Task goal:
Give back exactly the stretch of data below from the line holding "#101=ORIENTED_EDGE('',*,*,#89,.T.);" through the line holding "END-ISO-10303-21;", both ends included, and leave the remaining lines out.

[Collected data entries]
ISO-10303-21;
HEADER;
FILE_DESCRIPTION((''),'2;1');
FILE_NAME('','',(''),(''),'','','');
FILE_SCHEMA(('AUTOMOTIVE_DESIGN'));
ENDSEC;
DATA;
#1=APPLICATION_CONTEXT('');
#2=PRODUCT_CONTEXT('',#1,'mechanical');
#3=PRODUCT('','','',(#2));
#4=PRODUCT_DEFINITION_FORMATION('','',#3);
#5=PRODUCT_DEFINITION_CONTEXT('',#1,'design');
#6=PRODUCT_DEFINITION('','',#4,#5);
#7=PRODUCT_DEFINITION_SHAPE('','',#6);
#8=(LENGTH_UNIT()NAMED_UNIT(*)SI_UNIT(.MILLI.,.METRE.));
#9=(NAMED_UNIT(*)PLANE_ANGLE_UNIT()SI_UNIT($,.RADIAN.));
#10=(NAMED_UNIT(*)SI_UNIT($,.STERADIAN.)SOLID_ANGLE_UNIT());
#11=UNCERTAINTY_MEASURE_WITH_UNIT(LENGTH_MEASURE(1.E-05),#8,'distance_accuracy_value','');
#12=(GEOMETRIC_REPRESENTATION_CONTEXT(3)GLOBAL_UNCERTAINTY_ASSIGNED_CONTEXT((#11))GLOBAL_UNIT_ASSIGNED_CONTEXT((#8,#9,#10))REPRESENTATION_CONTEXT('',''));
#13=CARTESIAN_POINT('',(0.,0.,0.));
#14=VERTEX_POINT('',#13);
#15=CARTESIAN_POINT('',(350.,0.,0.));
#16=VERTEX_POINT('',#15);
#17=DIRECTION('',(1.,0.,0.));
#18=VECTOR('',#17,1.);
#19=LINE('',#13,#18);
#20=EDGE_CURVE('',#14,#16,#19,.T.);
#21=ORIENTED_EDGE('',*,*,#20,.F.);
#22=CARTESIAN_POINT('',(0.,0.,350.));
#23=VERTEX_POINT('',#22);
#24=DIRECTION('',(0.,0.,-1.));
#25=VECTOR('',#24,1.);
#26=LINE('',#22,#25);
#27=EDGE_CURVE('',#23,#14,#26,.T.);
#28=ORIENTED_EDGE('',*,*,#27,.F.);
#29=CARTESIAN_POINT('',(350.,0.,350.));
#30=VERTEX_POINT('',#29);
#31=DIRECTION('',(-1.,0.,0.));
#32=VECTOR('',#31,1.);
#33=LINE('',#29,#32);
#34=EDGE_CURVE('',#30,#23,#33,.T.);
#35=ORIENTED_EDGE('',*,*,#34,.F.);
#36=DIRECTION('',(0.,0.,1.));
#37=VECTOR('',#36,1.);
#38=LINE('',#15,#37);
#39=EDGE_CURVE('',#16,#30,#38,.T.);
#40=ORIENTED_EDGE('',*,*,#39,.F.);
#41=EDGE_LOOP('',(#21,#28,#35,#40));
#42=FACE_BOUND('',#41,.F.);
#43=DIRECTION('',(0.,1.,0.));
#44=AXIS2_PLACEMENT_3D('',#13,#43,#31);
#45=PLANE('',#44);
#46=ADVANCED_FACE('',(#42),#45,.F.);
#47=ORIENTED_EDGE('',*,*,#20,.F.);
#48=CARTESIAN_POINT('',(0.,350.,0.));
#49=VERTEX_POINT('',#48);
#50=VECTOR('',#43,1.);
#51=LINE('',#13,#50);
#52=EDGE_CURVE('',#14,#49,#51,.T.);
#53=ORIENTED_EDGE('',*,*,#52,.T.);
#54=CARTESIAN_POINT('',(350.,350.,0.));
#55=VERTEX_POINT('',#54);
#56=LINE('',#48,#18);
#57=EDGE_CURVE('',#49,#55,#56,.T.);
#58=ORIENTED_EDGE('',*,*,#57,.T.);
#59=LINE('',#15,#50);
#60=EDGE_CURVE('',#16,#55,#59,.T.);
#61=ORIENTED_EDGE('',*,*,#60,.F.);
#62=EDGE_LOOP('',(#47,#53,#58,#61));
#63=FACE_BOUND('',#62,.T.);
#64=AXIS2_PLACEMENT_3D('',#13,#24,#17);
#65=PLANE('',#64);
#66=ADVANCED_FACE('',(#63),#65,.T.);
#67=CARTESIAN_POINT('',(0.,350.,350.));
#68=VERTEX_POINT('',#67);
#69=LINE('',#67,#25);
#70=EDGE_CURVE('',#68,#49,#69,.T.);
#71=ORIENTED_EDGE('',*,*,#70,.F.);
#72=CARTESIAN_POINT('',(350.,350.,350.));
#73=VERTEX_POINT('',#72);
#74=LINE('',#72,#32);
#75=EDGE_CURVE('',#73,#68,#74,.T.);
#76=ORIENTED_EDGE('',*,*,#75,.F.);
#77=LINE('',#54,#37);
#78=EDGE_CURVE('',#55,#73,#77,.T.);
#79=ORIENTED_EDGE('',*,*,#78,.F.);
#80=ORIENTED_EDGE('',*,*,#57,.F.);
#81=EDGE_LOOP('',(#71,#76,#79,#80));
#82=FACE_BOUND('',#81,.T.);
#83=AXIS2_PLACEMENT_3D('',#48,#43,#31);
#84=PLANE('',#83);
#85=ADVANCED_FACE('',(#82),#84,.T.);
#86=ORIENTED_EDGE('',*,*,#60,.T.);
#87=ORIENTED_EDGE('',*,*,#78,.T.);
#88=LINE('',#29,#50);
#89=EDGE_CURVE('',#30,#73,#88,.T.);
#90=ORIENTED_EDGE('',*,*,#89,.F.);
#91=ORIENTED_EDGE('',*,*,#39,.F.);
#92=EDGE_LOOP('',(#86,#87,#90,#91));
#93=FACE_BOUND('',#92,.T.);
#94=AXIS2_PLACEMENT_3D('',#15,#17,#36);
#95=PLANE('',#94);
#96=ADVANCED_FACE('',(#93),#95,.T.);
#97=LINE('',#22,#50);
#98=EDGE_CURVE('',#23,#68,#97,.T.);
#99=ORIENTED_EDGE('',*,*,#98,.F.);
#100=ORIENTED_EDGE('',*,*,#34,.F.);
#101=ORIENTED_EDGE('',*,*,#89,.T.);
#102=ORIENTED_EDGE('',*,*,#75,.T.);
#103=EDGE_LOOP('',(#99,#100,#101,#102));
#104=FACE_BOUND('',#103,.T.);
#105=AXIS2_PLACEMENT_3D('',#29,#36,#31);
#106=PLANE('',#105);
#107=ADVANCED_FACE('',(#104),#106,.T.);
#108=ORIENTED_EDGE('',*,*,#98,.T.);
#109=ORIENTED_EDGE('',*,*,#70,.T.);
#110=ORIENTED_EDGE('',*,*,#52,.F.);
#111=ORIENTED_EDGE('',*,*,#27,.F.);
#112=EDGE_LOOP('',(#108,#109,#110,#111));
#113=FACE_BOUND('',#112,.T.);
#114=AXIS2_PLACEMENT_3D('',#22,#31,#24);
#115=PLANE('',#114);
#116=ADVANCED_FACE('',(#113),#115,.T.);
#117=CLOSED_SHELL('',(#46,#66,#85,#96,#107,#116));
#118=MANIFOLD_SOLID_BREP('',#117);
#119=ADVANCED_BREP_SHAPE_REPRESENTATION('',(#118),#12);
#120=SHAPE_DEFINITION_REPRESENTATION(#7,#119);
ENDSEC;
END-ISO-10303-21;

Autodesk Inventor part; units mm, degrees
ref_plane "YZ Plane" through (0, 0, 0) normal (1, 0, 0) x (0, 1, 0)
ref_plane "XZ Plane" through (0, 0, 0) normal (0, 1, 0) x (-1, 0, 0)
ref_plane "XY Plane" through (0, 0, 0) normal (0, 0, 1) x (1, 0, 0)
sketch "Sketch1" plane through (0, 0, 0) normal (0, 1, 0) x (-1, 0, 0)
  line L0 (0, 0) -> (-350, 0)
  line L1 (-350, 0) -> (-350, 350)
  line L2 (-350, 350) -> (0, 350)
  line L3 (0, 350) -> (0, 0)
  dimension "d0" = 350
  dimension "d1" = 350
extrude "Extrusion1" add sketch "Sketch1" along normal blind 350
properties part number "prusaXL"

Task solution:
#101=ORIENTED_EDGE('',*,*,#89,.T.);
#102=ORIENTED_EDGE('',*,*,#75,.T.);
#103=EDGE_LOOP('',(#99,#100,#101,#102));
#104=FACE_BOUND('',#103,.T.);
#105=AXIS2_PLACEMENT_3D('',#29,#36,#31);
#106=PLANE('',#105);
#107=ADVANCED_FACE('',(#104),#106,.T.);
#108=ORIENTED_EDGE('',*,*,#98,.T.);
#109=ORIENTED_EDGE('',*,*,#70,.T.);
#110=ORIENTED_EDGE('',*,*,#52,.F.);
#111=ORIENTED_EDGE('',*,*,#27,.F.);
#112=EDGE_LOOP('',(#108,#109,#110,#111));
#113=FACE_BOUND('',#112,.T.);
#114=AXIS2_PLACEMENT_3D('',#22,#31,#24);
#115=PLANE('',#114);
#116=ADVANCED_FACE('',(#113),#115,.T.);
#117=CLOSED_SHELL('',(#46,#66,#85,#96,#107,#116));
#118=MANIFOLD_SOLID_BREP('',#117);
#119=ADVANCED_BREP_SHAPE_REPRESENTATION('',(#118),#12);
#120=SHAPE_DEFINITION_REPRESENTATION(#7,#119);
ENDSEC;
END-ISO-10303-21;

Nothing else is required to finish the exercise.